____ Dataset entries

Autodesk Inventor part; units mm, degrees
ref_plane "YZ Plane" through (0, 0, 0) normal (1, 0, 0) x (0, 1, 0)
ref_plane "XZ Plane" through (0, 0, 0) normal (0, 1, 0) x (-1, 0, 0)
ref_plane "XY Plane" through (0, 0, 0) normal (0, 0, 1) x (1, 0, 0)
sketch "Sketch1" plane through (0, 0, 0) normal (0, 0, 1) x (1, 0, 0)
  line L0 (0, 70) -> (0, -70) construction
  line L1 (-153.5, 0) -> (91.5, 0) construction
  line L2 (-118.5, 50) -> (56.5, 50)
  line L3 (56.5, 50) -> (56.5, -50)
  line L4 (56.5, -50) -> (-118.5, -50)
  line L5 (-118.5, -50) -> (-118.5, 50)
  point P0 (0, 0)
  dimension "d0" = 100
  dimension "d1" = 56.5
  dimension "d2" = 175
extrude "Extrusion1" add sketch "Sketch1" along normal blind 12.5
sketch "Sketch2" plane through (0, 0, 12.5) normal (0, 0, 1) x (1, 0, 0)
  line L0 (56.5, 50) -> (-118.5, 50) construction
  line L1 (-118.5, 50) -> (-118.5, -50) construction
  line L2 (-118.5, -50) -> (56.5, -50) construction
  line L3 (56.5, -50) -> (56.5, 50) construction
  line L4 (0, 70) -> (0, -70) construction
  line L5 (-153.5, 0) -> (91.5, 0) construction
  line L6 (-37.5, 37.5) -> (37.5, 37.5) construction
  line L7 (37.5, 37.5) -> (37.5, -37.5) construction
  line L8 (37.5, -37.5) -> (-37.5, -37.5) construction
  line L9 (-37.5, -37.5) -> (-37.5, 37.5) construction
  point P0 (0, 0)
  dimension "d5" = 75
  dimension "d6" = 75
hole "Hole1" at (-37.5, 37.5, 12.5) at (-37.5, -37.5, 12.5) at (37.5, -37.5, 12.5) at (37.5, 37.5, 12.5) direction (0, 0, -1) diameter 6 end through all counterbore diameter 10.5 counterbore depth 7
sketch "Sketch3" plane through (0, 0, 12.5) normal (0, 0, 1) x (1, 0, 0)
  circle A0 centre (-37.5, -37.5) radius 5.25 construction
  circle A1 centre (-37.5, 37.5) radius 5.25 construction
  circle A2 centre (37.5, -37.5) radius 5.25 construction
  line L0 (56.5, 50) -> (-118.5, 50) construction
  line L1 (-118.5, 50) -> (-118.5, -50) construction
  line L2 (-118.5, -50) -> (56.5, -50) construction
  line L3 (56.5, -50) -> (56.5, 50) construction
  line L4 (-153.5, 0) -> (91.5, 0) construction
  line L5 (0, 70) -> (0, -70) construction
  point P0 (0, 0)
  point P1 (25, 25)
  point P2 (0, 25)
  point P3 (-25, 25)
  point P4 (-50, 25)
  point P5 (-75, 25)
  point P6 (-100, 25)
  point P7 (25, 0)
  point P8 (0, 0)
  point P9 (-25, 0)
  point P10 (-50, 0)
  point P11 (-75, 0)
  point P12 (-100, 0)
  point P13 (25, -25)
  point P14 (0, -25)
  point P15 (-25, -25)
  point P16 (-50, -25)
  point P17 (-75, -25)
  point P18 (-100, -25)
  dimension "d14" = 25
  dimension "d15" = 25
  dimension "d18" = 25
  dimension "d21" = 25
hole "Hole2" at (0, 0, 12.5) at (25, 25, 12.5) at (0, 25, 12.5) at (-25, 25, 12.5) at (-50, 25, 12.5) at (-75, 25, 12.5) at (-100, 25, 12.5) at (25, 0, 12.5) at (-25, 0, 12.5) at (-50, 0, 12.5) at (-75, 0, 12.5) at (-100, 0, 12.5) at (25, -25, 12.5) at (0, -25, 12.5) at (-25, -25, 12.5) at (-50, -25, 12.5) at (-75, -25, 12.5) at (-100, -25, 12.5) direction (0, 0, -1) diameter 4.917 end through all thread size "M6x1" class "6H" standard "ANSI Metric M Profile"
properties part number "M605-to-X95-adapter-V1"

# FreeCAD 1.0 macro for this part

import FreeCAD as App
import Part
import Sketcher

V = App.Vector
Q = App.Units.Quantity

doc = App.newDocument("Part")
params = doc.addObject("Spreadsheet::Sheet", "Params")
for row, (alias, value) in enumerate([
    ("sketch1_width", "175 mm"),
    ("sketch1_height", "100 mm"),
    ("pad1_length", "12.5 mm"),
    ("sketch2_diameter", "6 mm"),
    ("hole_diameter", "6 mm"),
    ("hole_cbore_diameter", "10.5 mm"),
    ("hole_cbore_depth", "7 mm"),
    ("hole2_diameter", "4.917 mm"),
], start=1):
    params.set(f"A{row}", alias)
    params.set(f"B{row}", "=" + value)
    params.setAlias(f"B{row}", alias)

body = doc.addObject("PartDesign::Body", "Body")

# Sketch on XY plane
sketch1 = body.newObject("Sketcher::SketchObject", "Sketch")
sketch1.AttachmentSupport = (doc.getObject("XY_Plane"), [""])
sketch1.MapMode = "FlatFace"
sketch1.addGeometry([
    Part.LineSegment(V(56, 50, 0), V(-118, 50, 0)),
    Part.LineSegment(V(-118, 50, 0), V(-118, -50, 0)),
    Part.LineSegment(V(-118, -50, 0), V(56, -50, 0)),
    Part.LineSegment(V(56, -50, 0), V(56, 50, 0)),
], False)
sketch1.addConstraint([
    Sketcher.Constraint("Coincident", 0, 2, 1, 1),
    Sketcher.Constraint("Coincident", 1, 2, 2, 1),
    Sketcher.Constraint("Coincident", 2, 2, 3, 1),
    Sketcher.Constraint("Coincident", 3, 2, 0, 1),
    Sketcher.Constraint("Horizontal", 0),
    Sketcher.Constraint("Vertical", 1),
    Sketcher.Constraint("Horizontal", 2),
    Sketcher.Constraint("Vertical", 3),
    Sketcher.Constraint("DistanceX", 0, 2, 0, 1, Q("175 mm")),
    Sketcher.Constraint("DistanceY", 1, 2, 1, 1, Q("100 mm")),
    Sketcher.Constraint("DistanceX", -1, 1, 2, 2, Q("56.5 mm")),
    Sketcher.Constraint("DistanceY", -1, 1, 0, 2, Q("50 mm")),
])
sketch1.setExpression("Constraints[8]", "Params.sketch1_width")
sketch1.setExpression("Constraints[9]", "Params.sketch1_height")
pad1 = body.newObject("PartDesign::Pad", "Pad")
pad1.Profile = sketch1
pad1.setExpression("Length", "Params.pad1_length")

# Sketch on XY plane
sketch2 = body.newObject("Sketcher::SketchObject", "Sketch001")
sketch2.AttachmentSupport = (doc.getObject("XY_Plane"), [""])
sketch2.MapMode = "FlatFace"
sketch2.AttachmentOffset = App.Placement(V(0, 0, 12.5), App.Rotation())
sketch2.addGeometry([
    Part.Circle(V(-37.5, 37.5, 0), V(0, 0, 1), 3),
    Part.Circle(V(-37.5, -37.5, 0), V(0, 0, 1), 3),
    Part.Circle(V(37.5, -37.5, 0), V(0, 0, 1), 3),
    Part.Circle(V(37.5, 37.5, 0), V(0, 0, 1), 3),
], False)
sketch2.addConstraint([
    Sketcher.Constraint("Equal", 0, 1),
    Sketcher.Constraint("Equal", 1, 2),
    Sketcher.Constraint("Equal", 2, 3),
    Sketcher.Constraint("Symmetric", 0, 3, 2, 3, -1, 1),
    Sketcher.Constraint("Symmetric", 1, 3, 3, 3, -1, 1),
    Sketcher.Constraint("Symmetric", 1, 3, 2, 3, -2),
    Sketcher.Constraint("Diameter", 0, Q("6 mm")),
    Sketcher.Constraint("DistanceY", 1, 3, 0, 3, Q("75 mm")),
    Sketcher.Constraint("DistanceX", 1, 3, 2, 3, Q("75 mm")),
])
sketch2.setExpression("Constraints[6]", "Params.sketch2_diameter")
doc.recompute()
hole = body.newObject("PartDesign::Hole", "Hole")
hole.Profile = sketch2
hole.ThreadType = "None"
hole.setExpression("Diameter", "Params.hole_diameter")
hole.DepthType = "ThroughAll"
hole.HoleCutType = "Counterbore"
hole.setExpression("HoleCutDiameter", "Params.hole_cbore_diameter")
hole.setExpression("HoleCutDepth", "Params.hole_cbore_depth")

# Sketch on XY plane
sketch3 = body.newObject("Sketcher::SketchObject", "Sketch002")
sketch3.AttachmentSupport = (doc.getObject("XY_Plane"), [""])
sketch3.MapMode = "FlatFace"
sketch3.AttachmentOffset = App.Placement(V(0, 0, 12.5), App.Rotation())
sketch3.addGeometry([
    Part.Circle(V(0, 0, 0), V(0, 0, 1), 2.5),  # 0
    Part.Circle(V(25, 25, 0), V(0, 0, 1), 2.5),  # 1
    Part.Circle(V(0, 25, 0), V(0, 0, 1), 2.5),  # 2
    Part.Circle(V(-25, 25, 0), V(0, 0, 1), 2.5),  # 3
    Part.Circle(V(-50, 25, 0), V(0, 0, 1), 2.5),  # 4
    Part.Circle(V(-75, 25, 0), V(0, 0, 1), 2.5),  # 5
    Part.Circle(V(-100, 25, 0), V(0, 0, 1), 2.5),  # 6
    Part.Circle(V(25, 0, 0), V(0, 0, 1), 2.5),  # 7
    Part.Circle(V(-25, 0, 0), V(0, 0, 1), 2.5),  # 8
    Part.Circle(V(-50, 0, 0), V(0, 0, 1), 2.5),  # 9
    Part.Circle(V(-75, 0, 0), V(0, 0, 1), 2.5),  # 10
    Part.Circle(V(-100, 0, 0), V(0, 0, 1), 2.5),  # 11
    Part.Circle(V(25, -25, 0), V(0, 0, 1), 2.5),  # 12
    Part.Circle(V(0, -25, 0), V(0, 0, 1), 2.5),  # 13
    Part.Circle(V(-25, -25, 0), V(0, 0, 1), 2.5),  # 14
    Part.Circle(V(-50, -25, 0), V(0, 0, 1), 2.5),  # 15
    Part.Circle(V(-75, -25, 0), V(0, 0, 1), 2.5),  # 16
    Part.Circle(V(-100, -25, 0), V(0, 0, 1), 2.5),  # 17
], False)
sketch3.addConstraint([
    Sketcher.Constraint("Coincident", 0, 3, -1, 1),
    Sketcher.Constraint("Equal", 0, 1),
    Sketcher.Constraint("Equal", 1, 2),
    Sketcher.Constraint("Equal", 2, 3),
    Sketcher.Constraint("Equal", 3, 4),
    Sketcher.Constraint("Equal", 4, 5),
    Sketcher.Constraint("Equal", 5, 6),
    Sketcher.Constraint("Equal", 6, 7),
    Sketcher.Constraint("Equal", 7, 8),
    Sketcher.Constraint("Equal", 8, 9),
    Sketcher.Constraint("Equal", 9, 10),
    Sketcher.Constraint("Equal", 10, 11),
    Sketcher.Constraint("Equal", 11, 12),
    Sketcher.Constraint("Equal", 12, 13),
    Sketcher.Constraint("Equal", 13, 14),
    Sketcher.Constraint("Equal", 14, 15),
    Sketcher.Constraint("Equal", 15, 16),
    Sketcher.Constraint("Equal", 16, 17),
    Sketcher.Constraint("Symmetric", 7, 3, 8, 3, -1, 1),
    Sketcher.Constraint("Symmetric", 3, 3, 12, 3, -1, 1),
    Sketcher.Constraint("Symmetric", 2, 3, 13, 3, -1, 1),
    Sketcher.Constraint("Symmetric", 1, 3, 14, 3, -1, 1),
    Sketcher.Constraint("Symmetric", 1, 3, 3, 3, -2),
    Sketcher.Constraint("Symmetric", 4, 3, 15, 3, -1),
    Sketcher.Constraint("Symmetric", 5, 3, 16, 3, -1),
    Sketcher.Constraint("Symmetric", 6, 3, 17, 3, -1),
    Sketcher.Constraint("PointOnObject", 2, 3, -2),
    Sketcher.Constraint("PointOnObject", 7, 3, -1),
    Sketcher.Constraint("PointOnObject", 9, 3, -1),
    Sketcher.Constraint("PointOnObject", 10, 3, -1),
    Sketcher.Constraint("PointOnObject", 11, 3, -1),
    Sketcher.Constraint("Horizontal", 1, 3, 2, 3),
    Sketcher.Constraint("Horizontal", 3, 3, 4, 3),
    Sketcher.Constraint("Horizontal", 4, 3, 5, 3),
    Sketcher.Constraint("Horizontal", 5, 3, 6, 3),
    Sketcher.Constraint("Vertical", 1, 3, 7, 3),
    Sketcher.Constraint("Vertical", 4, 3, 9, 3),
    Sketcher.Constraint("Vertical", 5, 3, 10, 3),
    Sketcher.Constraint("Vertical", 6, 3, 11, 3),
    Sketcher.Constraint("Diameter", 0, Q("4.917 mm")),
    Sketcher.Constraint("DistanceX", -1, 1, 1, 3, Q("25 mm")),
    Sketcher.Constraint("DistanceY", -1, 1, 1, 3, Q("25 mm")),
    Sketcher.Constraint("DistanceX", 4, 3, -1, 1, Q("50 mm")),
    Sketcher.Constraint("DistanceX", 5, 3, -1, 1, Q("75 mm")),
    Sketcher.Constraint("DistanceX", 6, 3, -1, 1, Q("100 mm")),
])
doc.recompute()
hole2 = body.newObject("PartDesign::Hole", "Hole001")
hole2.Profile = sketch3
hole2.ThreadType = "None"
hole2.setExpression("Diameter", "Params.hole2_diameter")
hole2.DepthType = "ThroughAll"

doc.recompute()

________

* [Task objective] If a line in the material contains the word "radius", copy that line.

* [Exercise response]
  circle A0 centre (-37.5, -37.5) radius 5.25 construction
  circle A1 centre (-37.5, 37.5) radius 5.25 construction
  circle A2 centre (37.5, -37.5) radius 5.25 construction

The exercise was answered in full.